The closest thing to a gold standard for English verb classes is the Berkeley FrameNet project. FrameNet is perhaps the most comprehensive attempt to hand-create a verb classification scheme that is consistent with natural, cognitively salient verb classes. It is based on painstaking annotation of naturally occurring sentences containing target words.

But even FrameNet is ripe for criticism. It's not good at distinguishing exemplar members of a verb class from coerced members, save by arbitrary designation.

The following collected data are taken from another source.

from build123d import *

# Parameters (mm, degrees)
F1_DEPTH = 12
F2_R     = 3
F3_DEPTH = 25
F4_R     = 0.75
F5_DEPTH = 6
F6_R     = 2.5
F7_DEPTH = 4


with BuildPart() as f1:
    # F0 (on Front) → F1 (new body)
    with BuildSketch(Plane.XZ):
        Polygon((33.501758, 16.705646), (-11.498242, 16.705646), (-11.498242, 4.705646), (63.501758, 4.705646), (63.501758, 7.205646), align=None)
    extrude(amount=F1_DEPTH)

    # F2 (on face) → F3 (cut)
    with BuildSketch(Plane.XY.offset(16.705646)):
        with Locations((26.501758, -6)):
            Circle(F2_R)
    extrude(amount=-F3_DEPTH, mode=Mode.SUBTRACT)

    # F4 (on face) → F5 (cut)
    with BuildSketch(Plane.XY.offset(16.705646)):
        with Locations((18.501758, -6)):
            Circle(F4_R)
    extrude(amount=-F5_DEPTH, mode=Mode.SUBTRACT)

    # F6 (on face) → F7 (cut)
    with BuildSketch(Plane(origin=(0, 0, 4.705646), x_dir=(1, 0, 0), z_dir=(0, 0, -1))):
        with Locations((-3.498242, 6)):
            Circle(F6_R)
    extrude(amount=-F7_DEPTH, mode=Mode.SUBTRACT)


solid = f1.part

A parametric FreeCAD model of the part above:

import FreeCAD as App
import Part
import Sketcher
from FreeCAD import Vector
Q = App.Units.Quantity

doc = App.newDocument("Part")
params = doc.addObject("Spreadsheet::Sheet", "Params")
for row, (alias, value) in enumerate([
    ("sketch1_width", "45 mm"),
    ("sketch1_width2", "75 mm"),
    ("sketch1_height", "12 mm"),
    ("sketch1_height2", "2.5 mm"),
    ("pad1_length", "12 mm"),
    ("sketch2_diameter", "6 mm"),
    ("pocket1_length", "25 mm"),
    ("sketch3_diameter", "1.5 mm"),
    ("pocket2_length", "6 mm"),
    ("sketch4_diameter", "5 mm"),
    ("pocket3_length", "4 mm"),
], start=1):
    params.set(f"A{row}", alias)
    params.set(f"B{row}", "=" + value)
    params.setAlias(f"B{row}", alias)

body = doc.addObject("PartDesign::Body", "Body")

# Sketch on XZ plane
sketch1 = body.newObject("Sketcher::SketchObject", "Sketch")
sketch1.AttachmentSupport = (doc.getObject("XZ_Plane"), [""])
sketch1.MapMode = "FlatFace"
sketch1.addGeometry(Part.LineSegment(Vector(33.5, 16.7, 0), Vector(-11.5, 16.7, 0)), False)
sketch1.addGeometry(Part.LineSegment(Vector(-11.5, 16.7, 0), Vector(-11.5, 4.7, 0)), False)
sketch1.addGeometry(Part.LineSegment(Vector(-11.5, 4.7, 0), Vector(63.5, 4.7, 0)), False)
sketch1.addGeometry(Part.LineSegment(Vector(63.5, 4.7, 0), Vector(63.5, 7.2, 0)), False)
sketch1.addGeometry(Part.LineSegment(Vector(63.5, 7.2, 0), Vector(33.5, 16.7, 0)), False)
sketch1.addConstraint(Sketcher.Constraint("Coincident", 0, 2, 1, 1))
sketch1.addConstraint(Sketcher.Constraint("Coincident", 1, 2, 2, 1))
sketch1.addConstraint(Sketcher.Constraint("Coincident", 2, 2, 3, 1))
sketch1.addConstraint(Sketcher.Constraint("Coincident", 3, 2, 4, 1))
sketch1.addConstraint(Sketcher.Constraint("Coincident", 4, 2, 0, 1))
sketch1.addConstraint(Sketcher.Constraint("Horizontal", 0))
sketch1.addConstraint(Sketcher.Constraint("Vertical", 1))
sketch1.addConstraint(Sketcher.Constraint("Horizontal", 2))
sketch1.addConstraint(Sketcher.Constraint("Vertical", 3))
sketch1.addConstraint(Sketcher.Constraint("DistanceX", 0, 2, 0, 1, Q("45 mm")))
sketch1.addConstraint(Sketcher.Constraint("DistanceX", 2, 1, 2, 2, Q("75 mm")))
sketch1.addConstraint(Sketcher.Constraint("DistanceY", 1, 2, 1, 1, Q("12 mm")))
sketch1.addConstraint(Sketcher.Constraint("DistanceY", 3, 1, 3, 2, Q("2.5 mm")))
sketch1.addConstraint(Sketcher.Constraint("DistanceX", -1, 1, 2, 2, Q("63.501758 mm")))
sketch1.addConstraint(Sketcher.Constraint("DistanceY", -1, 1, 0, 2, Q("16.705646 mm")))
sketch1.setExpression("Constraints[9]", "Params.sketch1_width")
sketch1.setExpression("Constraints[10]", "Params.sketch1_width2")
sketch1.setExpression("Constraints[11]", "Params.sketch1_height")
sketch1.setExpression("Constraints[12]", "Params.sketch1_height2")
pad1 = body.newObject("PartDesign::Pad", "Pad")
pad1.Profile = sketch1
pad1.setExpression("Length", "Params.pad1_length")

# Sketch on XY plane
sketch2 = body.newObject("Sketcher::SketchObject", "Sketch001")
sketch2.AttachmentSupport = (doc.getObject("XY_Plane"), [""])
sketch2.MapMode = "FlatFace"
sketch2.AttachmentOffset = App.Placement(Vector(0, 0, 16.705646), App.Rotation())
sketch2.addGeometry(Part.Circle(Vector(26.5, -6, 0), Vector(0, 0, 1), 3), False)
sketch2.addConstraint(Sketcher.Constraint("Diameter", 0, Q("6 mm")))
sketch2.addConstraint(Sketcher.Constraint("DistanceY", 0, 3, -1, 1, Q("6 mm")))
sketch2.addConstraint(Sketcher.Constraint("DistanceX", -1, 1, 0, 3, Q("26.501758 mm")))
sketch2.setExpression("Constraints[0]", "Params.sketch2_diameter")
pocket1 = body.newObject("PartDesign::Pocket", "Pocket")
pocket1.Profile = sketch2
pocket1.setExpression("Length", "Params.pocket1_length")

# Sketch on XY plane
sketch3 = body.newObject("Sketcher::SketchObject", "Sketch002")
sketch3.AttachmentSupport = (doc.getObject("XY_Plane"), [""])
sketch3.MapMode = "FlatFace"
sketch3.AttachmentOffset = App.Placement(Vector(0, 0, 16.705646), App.Rotation())
sketch3.addGeometry(Part.Circle(Vector(18.5, -6, 0), Vector(0, 0, 1), 0.8), False)
sketch3.addConstraint(Sketcher.Constraint("Diameter", 0, Q("1.5 mm")))
sketch3.addConstraint(Sketcher.Constraint("DistanceY", 0, 3, -1, 1, Q("6 mm")))
sketch3.addConstraint(Sketcher.Constraint("DistanceX", -1, 1, 0, 3, Q("18.501758 mm")))
sketch3.setExpression("Constraints[0]", "Params.sketch3_diameter")
pocket2 = body.newObject("PartDesign::Pocket", "Pocket001")
pocket2.Profile = sketch3
pocket2.setExpression("Length", "Params.pocket2_length")

# Sketch on XY plane
sketch4 = body.newObject("Sketcher::SketchObject", "Sketch003")
sketch4.AttachmentSupport = (doc.getObject("XY_Plane"), [""])
sketch4.MapMode = "FlatFace"
sketch4.AttachmentOffset = App.Placement(Vector(0, 0, 4.705646), App.Rotation())
sketch4.addGeometry(Part.Circle(Vector(-3.5, -6, 0), Vector(0, 0, 1), 2.5), False)
sketch4.addConstraint(Sketcher.Constraint("Diameter", 0, Q("5 mm")))
sketch4.addConstraint(Sketcher.Constraint("DistanceY", 0, 3, -1, 1, Q("6 mm")))
sketch4.addConstraint(Sketcher.Constraint("DistanceX", 0, 3, -1, 1, Q("3.498242 mm")))
sketch4.setExpression("Constraints[0]", "Params.sketch4_diameter")
pocket3 = body.newObject("PartDesign::Pocket", "Pocket002")
pocket3.Profile = sketch4
pocket3.setExpression("Length", "Params.pocket3_length")
pocket3.Reversed = True

doc.recompute()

For example, I was working on a class of verbs evoking barrier events like prevent, ban, protect. What was curious in my research was how some verbs had a strong statistical correlation with the semantics of the class (like prevent and protect), yet there were others that clearly appeared in the proper semantic and syntactic environments evoking barriers, but were not, by default, verbs of barring. For example, stop. The verb stop by itself does not evoke the existence of a barrier. For example, "Chris stopped singing", or "It stopped raining." Neither of those two events involve a barrier to the singing or raining. Yet in "Chris stopped Willy from opening the door" there is now a clear barrier meaning evoked (yes yes, the from is crucial. I have a a whole chapter on that. What will really blow your mind is when you realize that from CANNOT be a preposition in this case...).

The process of coercing verbs into a new verb class with new meaning was a central part of my dissertation. Damned interesting stuff. I found some really weird examples too. For example I found a sentence like "Chris joked Willie into going to the movie with us", meaning Chris used the act of joking to convince Willie to do something he otherwise would not have done.

2 comments:

Chris Brew said...

I like your comment about 'stopped'. Entirely correct to point out that judgements about the semantics of verbs are based on judgements about individual occurrences of verbs in particular contexts.

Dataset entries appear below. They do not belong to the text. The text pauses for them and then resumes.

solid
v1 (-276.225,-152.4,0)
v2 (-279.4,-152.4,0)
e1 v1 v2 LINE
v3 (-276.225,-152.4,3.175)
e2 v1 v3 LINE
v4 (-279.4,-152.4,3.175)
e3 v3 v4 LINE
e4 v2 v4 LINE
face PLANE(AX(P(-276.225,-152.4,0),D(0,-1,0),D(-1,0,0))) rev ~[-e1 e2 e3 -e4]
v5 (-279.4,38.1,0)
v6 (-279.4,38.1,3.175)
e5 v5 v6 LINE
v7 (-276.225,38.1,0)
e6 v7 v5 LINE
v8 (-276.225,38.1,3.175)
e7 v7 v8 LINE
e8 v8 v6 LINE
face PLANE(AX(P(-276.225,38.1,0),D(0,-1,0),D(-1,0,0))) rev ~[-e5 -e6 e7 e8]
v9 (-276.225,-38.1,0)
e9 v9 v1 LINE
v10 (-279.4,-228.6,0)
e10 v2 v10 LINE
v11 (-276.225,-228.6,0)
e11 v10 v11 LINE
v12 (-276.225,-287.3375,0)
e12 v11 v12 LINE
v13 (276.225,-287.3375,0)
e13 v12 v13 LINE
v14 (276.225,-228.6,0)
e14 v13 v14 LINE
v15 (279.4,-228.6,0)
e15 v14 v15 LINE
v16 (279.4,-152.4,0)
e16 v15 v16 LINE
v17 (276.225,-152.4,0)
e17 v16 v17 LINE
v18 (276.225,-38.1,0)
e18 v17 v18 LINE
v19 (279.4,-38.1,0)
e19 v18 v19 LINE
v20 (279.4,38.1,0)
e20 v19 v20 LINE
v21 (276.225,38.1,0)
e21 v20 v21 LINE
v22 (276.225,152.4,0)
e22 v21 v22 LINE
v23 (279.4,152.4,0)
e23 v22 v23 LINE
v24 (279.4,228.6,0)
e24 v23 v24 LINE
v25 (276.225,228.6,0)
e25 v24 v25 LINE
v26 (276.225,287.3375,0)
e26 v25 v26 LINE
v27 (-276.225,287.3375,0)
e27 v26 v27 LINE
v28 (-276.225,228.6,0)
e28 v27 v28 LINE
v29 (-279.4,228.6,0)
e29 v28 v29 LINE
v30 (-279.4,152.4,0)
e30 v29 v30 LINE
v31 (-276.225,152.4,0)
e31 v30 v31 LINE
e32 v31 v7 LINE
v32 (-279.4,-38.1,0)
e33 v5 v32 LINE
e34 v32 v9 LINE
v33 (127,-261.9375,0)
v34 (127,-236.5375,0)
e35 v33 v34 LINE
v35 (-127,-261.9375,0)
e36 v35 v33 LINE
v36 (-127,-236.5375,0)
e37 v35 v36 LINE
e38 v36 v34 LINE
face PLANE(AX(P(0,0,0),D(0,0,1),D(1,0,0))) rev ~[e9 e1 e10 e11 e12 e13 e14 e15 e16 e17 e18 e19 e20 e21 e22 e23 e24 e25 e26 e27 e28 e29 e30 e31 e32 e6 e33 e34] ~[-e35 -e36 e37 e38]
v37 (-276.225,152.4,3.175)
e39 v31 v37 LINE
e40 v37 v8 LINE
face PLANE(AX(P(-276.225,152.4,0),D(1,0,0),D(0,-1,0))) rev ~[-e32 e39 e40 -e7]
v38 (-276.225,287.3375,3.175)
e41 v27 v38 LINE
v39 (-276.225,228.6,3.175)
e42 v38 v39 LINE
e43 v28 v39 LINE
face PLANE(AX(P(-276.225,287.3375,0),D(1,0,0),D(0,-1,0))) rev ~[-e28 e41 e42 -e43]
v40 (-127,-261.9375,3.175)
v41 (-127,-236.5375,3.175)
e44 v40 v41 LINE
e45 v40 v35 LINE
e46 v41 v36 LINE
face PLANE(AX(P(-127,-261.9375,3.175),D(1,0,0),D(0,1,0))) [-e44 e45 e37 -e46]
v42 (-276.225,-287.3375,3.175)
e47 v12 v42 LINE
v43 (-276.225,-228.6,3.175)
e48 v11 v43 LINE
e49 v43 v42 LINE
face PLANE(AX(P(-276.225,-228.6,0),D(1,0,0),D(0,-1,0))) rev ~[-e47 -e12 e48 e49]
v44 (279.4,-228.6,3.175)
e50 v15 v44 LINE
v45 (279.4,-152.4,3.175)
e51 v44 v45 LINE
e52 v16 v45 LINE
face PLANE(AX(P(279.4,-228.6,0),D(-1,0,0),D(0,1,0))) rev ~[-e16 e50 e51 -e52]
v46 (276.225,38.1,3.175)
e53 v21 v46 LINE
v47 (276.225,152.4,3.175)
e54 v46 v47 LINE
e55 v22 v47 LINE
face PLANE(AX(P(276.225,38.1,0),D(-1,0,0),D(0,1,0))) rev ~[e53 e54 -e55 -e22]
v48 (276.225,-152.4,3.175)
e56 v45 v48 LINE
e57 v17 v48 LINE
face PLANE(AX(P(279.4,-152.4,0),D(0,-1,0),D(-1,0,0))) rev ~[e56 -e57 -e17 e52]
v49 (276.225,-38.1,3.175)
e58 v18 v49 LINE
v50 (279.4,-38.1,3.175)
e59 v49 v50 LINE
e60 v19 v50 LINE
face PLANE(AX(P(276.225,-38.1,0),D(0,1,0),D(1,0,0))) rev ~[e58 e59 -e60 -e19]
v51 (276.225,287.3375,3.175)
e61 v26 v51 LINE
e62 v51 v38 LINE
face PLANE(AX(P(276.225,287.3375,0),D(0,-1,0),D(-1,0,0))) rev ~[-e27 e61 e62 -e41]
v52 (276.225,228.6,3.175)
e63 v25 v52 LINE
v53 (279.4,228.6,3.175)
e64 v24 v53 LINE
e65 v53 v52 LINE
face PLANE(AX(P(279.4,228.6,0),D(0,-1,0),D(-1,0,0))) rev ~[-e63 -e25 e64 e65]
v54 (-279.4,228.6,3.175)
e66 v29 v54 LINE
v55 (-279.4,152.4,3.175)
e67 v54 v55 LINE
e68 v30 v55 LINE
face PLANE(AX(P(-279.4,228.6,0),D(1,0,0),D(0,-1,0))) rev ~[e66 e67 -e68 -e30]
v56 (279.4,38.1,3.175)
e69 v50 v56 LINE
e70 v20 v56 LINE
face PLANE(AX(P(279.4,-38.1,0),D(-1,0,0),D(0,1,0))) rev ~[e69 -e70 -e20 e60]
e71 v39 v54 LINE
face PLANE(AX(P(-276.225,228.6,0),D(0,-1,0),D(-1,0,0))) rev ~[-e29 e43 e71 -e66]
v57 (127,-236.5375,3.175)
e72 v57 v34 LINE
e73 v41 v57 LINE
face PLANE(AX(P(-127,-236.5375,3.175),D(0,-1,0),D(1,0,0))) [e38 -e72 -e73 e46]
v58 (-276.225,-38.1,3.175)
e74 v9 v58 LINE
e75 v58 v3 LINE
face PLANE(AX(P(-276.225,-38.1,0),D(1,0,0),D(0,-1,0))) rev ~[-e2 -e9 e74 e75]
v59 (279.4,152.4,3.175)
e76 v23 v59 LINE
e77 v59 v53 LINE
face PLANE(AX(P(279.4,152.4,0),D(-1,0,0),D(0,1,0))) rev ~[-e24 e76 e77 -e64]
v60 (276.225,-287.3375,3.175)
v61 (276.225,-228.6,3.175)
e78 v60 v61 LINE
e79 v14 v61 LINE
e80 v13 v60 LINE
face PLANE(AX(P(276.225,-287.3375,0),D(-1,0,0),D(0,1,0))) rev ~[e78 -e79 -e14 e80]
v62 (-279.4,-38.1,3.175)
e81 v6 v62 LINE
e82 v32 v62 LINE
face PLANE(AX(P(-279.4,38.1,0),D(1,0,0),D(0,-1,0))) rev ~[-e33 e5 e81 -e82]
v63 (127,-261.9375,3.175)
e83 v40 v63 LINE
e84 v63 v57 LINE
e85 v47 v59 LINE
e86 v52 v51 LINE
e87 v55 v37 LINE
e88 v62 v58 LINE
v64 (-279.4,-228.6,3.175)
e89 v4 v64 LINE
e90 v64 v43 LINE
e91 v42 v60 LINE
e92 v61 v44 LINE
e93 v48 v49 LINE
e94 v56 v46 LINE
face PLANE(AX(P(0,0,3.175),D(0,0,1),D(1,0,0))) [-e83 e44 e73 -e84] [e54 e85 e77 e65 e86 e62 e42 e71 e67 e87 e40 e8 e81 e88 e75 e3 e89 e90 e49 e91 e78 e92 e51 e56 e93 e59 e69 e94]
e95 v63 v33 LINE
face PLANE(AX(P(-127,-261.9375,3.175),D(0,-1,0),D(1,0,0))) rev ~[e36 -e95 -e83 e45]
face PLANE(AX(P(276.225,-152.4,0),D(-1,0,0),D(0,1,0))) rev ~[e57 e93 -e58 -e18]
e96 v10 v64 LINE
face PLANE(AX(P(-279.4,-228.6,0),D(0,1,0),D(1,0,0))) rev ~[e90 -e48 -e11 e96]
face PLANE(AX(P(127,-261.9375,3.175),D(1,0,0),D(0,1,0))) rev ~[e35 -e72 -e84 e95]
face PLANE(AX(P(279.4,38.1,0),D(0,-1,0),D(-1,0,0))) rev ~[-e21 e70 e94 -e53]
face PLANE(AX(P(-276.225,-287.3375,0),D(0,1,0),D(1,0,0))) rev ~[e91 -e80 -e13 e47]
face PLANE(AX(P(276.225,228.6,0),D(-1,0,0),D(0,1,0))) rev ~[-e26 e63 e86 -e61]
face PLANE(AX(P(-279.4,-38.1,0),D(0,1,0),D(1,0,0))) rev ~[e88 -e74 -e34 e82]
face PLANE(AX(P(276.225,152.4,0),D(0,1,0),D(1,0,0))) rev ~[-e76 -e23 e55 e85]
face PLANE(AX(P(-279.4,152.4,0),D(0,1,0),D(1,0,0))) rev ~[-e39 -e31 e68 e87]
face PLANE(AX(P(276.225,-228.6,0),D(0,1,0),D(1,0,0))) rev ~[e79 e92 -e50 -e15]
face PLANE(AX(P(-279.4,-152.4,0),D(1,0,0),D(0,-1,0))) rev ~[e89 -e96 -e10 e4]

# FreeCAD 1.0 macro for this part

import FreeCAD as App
import Part
import Sketcher

V = App.Vector
Q = App.Units.Quantity


def add_polygon(sketch, points):
    """Adds a closed chain of lines whose ends are joined by coincident constraints."""
    first, n = sketch.GeometryCount, len(points)
    for a, b in zip(points, points[1:] + points[:1]):
        sketch.addGeometry(Part.LineSegment(App.Vector(*a, 0), App.Vector(*b, 0)), False)
    for i in range(n):
        sketch.addConstraint(Sketcher.Constraint("Coincident", first + i, 2, first + (i + 1) % n, 1))

doc = App.newDocument("Part")
body = doc.addObject("PartDesign::Body", "Body")

# Sketch on XY plane
sketch1 = body.newObject("Sketcher::SketchObject", "Sketch")
sketch1.AttachmentSupport = (doc.getObject("XY_Plane"), [""])
sketch1.MapMode = "FlatFace"
add_polygon(sketch1, [(-276.225, -287.3375), (276.225, -287.3375), (276.225, -228.6), (279.4, -228.6), (279.4, -152.4), (276.225, -152.4), (276.225, -38.1), (279.4, -38.1), (279.4, 38.1), (276.225, 38.1), (276.225, 152.4), (279.4, 152.4), (279.4, 228.6), (276.225, 228.6), (276.225, 287.3375), (-276.225, 287.3375), (-276.225, 228.6), (-279.4, 228.6), (-279.4, 152.4), (-276.225, 152.4), (-276.225, 38.1), (-279.4, 38.1), (-279.4, -38.1), (-276.225, -38.1), (-276.225, -152.4), (-279.4, -152.4), (-279.4, -228.6), (-276.225, -228.6)])  # lines 0-27
sketch1.addConstraint([
    Sketcher.Constraint("Horizontal", 0),
    Sketcher.Constraint("Vertical", 1),
    Sketcher.Constraint("Horizontal", 2),
    Sketcher.Constraint("Vertical", 3),
    Sketcher.Constraint("Horizontal", 4),
    Sketcher.Constraint("Vertical", 5),
    Sketcher.Constraint("Horizontal", 6),
    Sketcher.Constraint("Vertical", 7),
    Sketcher.Constraint("Horizontal", 8),
    Sketcher.Constraint("Vertical", 9),
    Sketcher.Constraint("Horizontal", 10),
    Sketcher.Constraint("Vertical", 11),
    Sketcher.Constraint("Horizontal", 12),
    Sketcher.Constraint("Vertical", 13),
    Sketcher.Constraint("Horizontal", 14),
    Sketcher.Constraint("Vertical", 15),
    Sketcher.Constraint("Horizontal", 16),
    Sketcher.Constraint("Vertical", 17),
    Sketcher.Constraint("Horizontal", 18),
    Sketcher.Constraint("Vertical", 19),
    Sketcher.Constraint("Horizontal", 20),
    Sketcher.Constraint("Vertical", 21),
    Sketcher.Constraint("Horizontal", 22),
    Sketcher.Constraint("Vertical", 23),
    Sketcher.Constraint("Horizontal", 24),
    Sketcher.Constraint("Vertical", 25),
    Sketcher.Constraint("Horizontal", 26),
    Sketcher.Constraint("Vertical", 27),
    Sketcher.Constraint("Symmetric", 0, 2, 14, 2, -1, 1),
    Sketcher.Constraint("Symmetric", 2, 2, 16, 2, -1, 1),
    Sketcher.Constraint("Symmetric", 4, 2, 18, 2, -1, 1),
    Sketcher.Constraint("Symmetric", 6, 2, 20, 2, -1, 1),
    Sketcher.Constraint("Symmetric", 8, 2, 22, 2, -1, 1),
    Sketcher.Constraint("Symmetric", 10, 2, 24, 2, -1, 1),
    Sketcher.Constraint("Symmetric", 12, 2, 26, 2, -1, 1),
    Sketcher.Constraint("Symmetric", 12, 2, 15, 2, -2),
    Sketcher.Constraint("Symmetric", 10, 2, 17, 2, -2),
    Sketcher.Constraint("Symmetric", 8, 2, 19, 2, -2),
    Sketcher.Constraint("Vertical", 1, 2, 4, 2),
    Sketcher.Constraint("Vertical", 3, 2, 6, 2),
    Sketcher.Constraint("Equal", 3, 7),
    Sketcher.Constraint("DistanceY", 3, 1, 3, 2, Q("3 in")),
    Sketcher.Constraint("DistanceY", 5, 1, 5, 2, Q("4.5 in")),
    Sketcher.Constraint("DistanceX", -1, 1, 2, 2, Q("11 in")),
    Sketcher.Constraint("DistanceX", 0, 1, 0, 2, Q("21.75 in")),
    Sketcher.Constraint("DistanceY", 1, 1, 1, 2, Q("2.3125 in")),
])
pad1 = body.newObject("PartDesign::Pad", "Pad")
pad1.Profile = sketch1
pad1.Length = Q("0.125 in")

# Sketch on XY plane
sketch2 = body.newObject("Sketcher::SketchObject", "Sketch001")
sketch2.AttachmentSupport = (doc.getObject("XY_Plane"), [""])
sketch2.MapMode = "FlatFace"
sketch2.AttachmentOffset = App.Placement(V(0, 0, 0.125 * 25.4), App.Rotation())
add_polygon(sketch2, [(-127, -236.5375), (-127, -261.9375), (127, -261.9375), (127, -236.5375)])  # lines 0-3
sketch2.addConstraint([
    Sketcher.Constraint("Vertical", 0),
    Sketcher.Constraint("Horizontal", 1),
    Sketcher.Constraint("Vertical", 2),
    Sketcher.Constraint("Horizontal", 3),
    Sketcher.Constraint("DistanceX", 1, 1, 1, 2, Q("10 in")),
    Sketcher.Constraint("DistanceY", 0, 2, 0, 1, Q("1 in")),
    Sketcher.Constraint("DistanceX", 0, 2, -1, 1, Q("5 in")),
    Sketcher.Constraint("DistanceY", 0, 2, -1, 1, Q("10.3125 in")),
])
pocket1 = body.newObject("PartDesign::Pocket", "Pocket")
pocket1.Profile = sketch2
pocket1.Type = "ThroughAll"

doc.recompute()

If you allow me to guess, I'd hazard the suggestion that the "mental lexicon" is far messier than we linguists often assume, with multiple, cross-cutting and partial classifications that are used for different purposes. Whether you gather evidence through priming, FMRI, corpus work or systematic appeal to intuition, you are going to get a partial view. If this is right, there is no gold standard. FrameNet is great, but I think the reason it is so widely used is simply that it is the best known piece of quality work out there.

Certainly, in order to get our work on German verbs going, Sabine Schulte im Walde had to define a verb-class structure of her own. In doing this, there is a real risk of being self-serving, by defining the categories that are biased to what one's favorite tools are likely to do well in recovering.

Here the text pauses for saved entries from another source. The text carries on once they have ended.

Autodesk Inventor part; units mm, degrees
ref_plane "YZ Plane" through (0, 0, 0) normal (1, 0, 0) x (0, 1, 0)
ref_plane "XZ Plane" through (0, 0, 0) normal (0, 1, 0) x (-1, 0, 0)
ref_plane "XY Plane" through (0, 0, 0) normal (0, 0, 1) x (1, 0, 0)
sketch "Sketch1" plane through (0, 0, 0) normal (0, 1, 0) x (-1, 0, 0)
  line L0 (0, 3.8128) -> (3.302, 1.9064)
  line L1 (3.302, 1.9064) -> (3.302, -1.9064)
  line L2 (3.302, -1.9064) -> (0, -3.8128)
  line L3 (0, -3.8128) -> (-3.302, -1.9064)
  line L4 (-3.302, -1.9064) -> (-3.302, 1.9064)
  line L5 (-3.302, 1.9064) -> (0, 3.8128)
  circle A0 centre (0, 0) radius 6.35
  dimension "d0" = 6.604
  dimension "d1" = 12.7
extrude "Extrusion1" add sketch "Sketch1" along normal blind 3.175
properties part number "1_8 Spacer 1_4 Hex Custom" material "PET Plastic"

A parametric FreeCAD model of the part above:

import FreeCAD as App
import Part
import Sketcher
Q = App.Units.Quantity

doc = App.newDocument("Part")
params = doc.addObject("Spreadsheet::Sheet", "Params")
for row, (alias, value) in enumerate([
    ("sketch1_diameter", "0.5 in"),
    ("pad1_length", "0.125 in"),
], start=1):
    params.set(f"A{row}", alias)
    params.set(f"B{row}", "=" + value)
    params.setAlias(f"B{row}", alias)

body = doc.addObject("PartDesign::Body", "Body")

# Sketch on XZ plane
sketch1 = doc.addObject("Sketcher::SketchObject", "Sketch")
body.addObject(sketch1)
sketch1.AttachmentSupport = (doc.XZ_Plane, [""])
sketch1.MapMode = "FlatFace"
sketch1.addGeometry([
    Part.Circle(App.Vector(0, 0, 0), App.Vector(0, 0, 1), 6.3),  # 0
    Part.LineSegment(App.Vector(3.3, 1.9, 0), App.Vector(0, 3.8, 0)),  # 1
    Part.LineSegment(App.Vector(0, 3.8, 0), App.Vector(-3.3, 1.9, 0)),  # 2
    Part.LineSegment(App.Vector(-3.3, 1.9, 0), App.Vector(-3.3, -1.9, 0)),  # 3
    Part.LineSegment(App.Vector(-3.3, -1.9, 0), App.Vector(0, -3.8, 0)),  # 4
    Part.LineSegment(App.Vector(0, -3.8, 0), App.Vector(3.3, -1.9, 0)),  # 5
    Part.LineSegment(App.Vector(3.3, -1.9, 0), App.Vector(3.3, 1.9, 0)),  # 6
], False)
sketch1.addConstraint([
    Sketcher.Constraint("Coincident", 1, 2, 2, 1),
    Sketcher.Constraint("Coincident", 2, 2, 3, 1),
    Sketcher.Constraint("Coincident", 3, 2, 4, 1),
    Sketcher.Constraint("Coincident", 4, 2, 5, 1),
    Sketcher.Constraint("Coincident", 5, 2, 6, 1),
    Sketcher.Constraint("Coincident", 6, 2, 1, 1),
    Sketcher.Constraint("Vertical", 3),
    Sketcher.Constraint("Vertical", 6),
    Sketcher.Constraint("Coincident", 0, 3, -1, 1),
    Sketcher.Constraint("Symmetric", 1, 2, 4, 2, -1, 1),
    Sketcher.Constraint("Symmetric", 2, 2, 5, 2, -1, 1),
    Sketcher.Constraint("PointOnObject", 1, 2, -2),
    Sketcher.Constraint("Parallel", 1, 4),
    Sketcher.Constraint("Horizontal", 3, 2, 5, 2),
    Sketcher.Constraint("Diameter", 0, Q("0.5 in")),
    Sketcher.Constraint("DistanceX", 3, 2, 5, 2, Q("0.26 in")),
    Sketcher.Constraint("Angle", 1, Q("150.0001 deg")),
    Sketcher.Constraint("DistanceY", 3, 2, 3, 1, Q("0.1501 in")),
])
sketch1.setExpression("Constraints[14]", "Params.sketch1_diameter")
pad1 = doc.addObject("PartDesign::Pad", "Pad")
body.addObject(pad1)
pad1.Profile = sketch1
pad1.setExpression("Length", "Params.pad1_length")
pad1.Reversed = True

doc.recompute()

Two OSU students whom I advised wrote dissertations, in linguistics, on verb classifications.

Kirk Baker found that if you turn the question round, and ask "which of the several classifications of English verbs is best supported by corpus evidence?", the answer seems to be Roget's thesaurus.

http://www.ling.ohio-state.edu/~kbaker/

and Jianguo Li did a thorough exploration of different feature sets for trying to get at Levin classes.

http://www.ling.ohio-state.edu/~jianguo/papers/jianguo-diss.pdf

I fear that I put Kirk and Jianguo in a similar place to you, facing the difficult question of "what in heaven's name do these classifications amount to?", and asking them to somehow come up with interesting and testable hypotheses in an area where everyone is pursuing different goals with different methodologies. I like there work, but I don't think I understood how hard it was going to be when we started out on the enterprise.

Chris said...

Chris, excellent points. Interesting about Roget's too. At the IARPA Metaphor Program, at least one team has replaced WordNet with Roget's because they're getting better results. But I'll leave it to them to publish their results before outing them.

I'll look into Jianguo's work too.

My intuition is that there is no such thing as a verb class in a static, classic category sense of having necessary and sufficient conditions for membership. That's why I was so interested in coercion and instances like "joked X into Y". I got stuck trying to determine a coherent methodology for finding lots of coerced examples.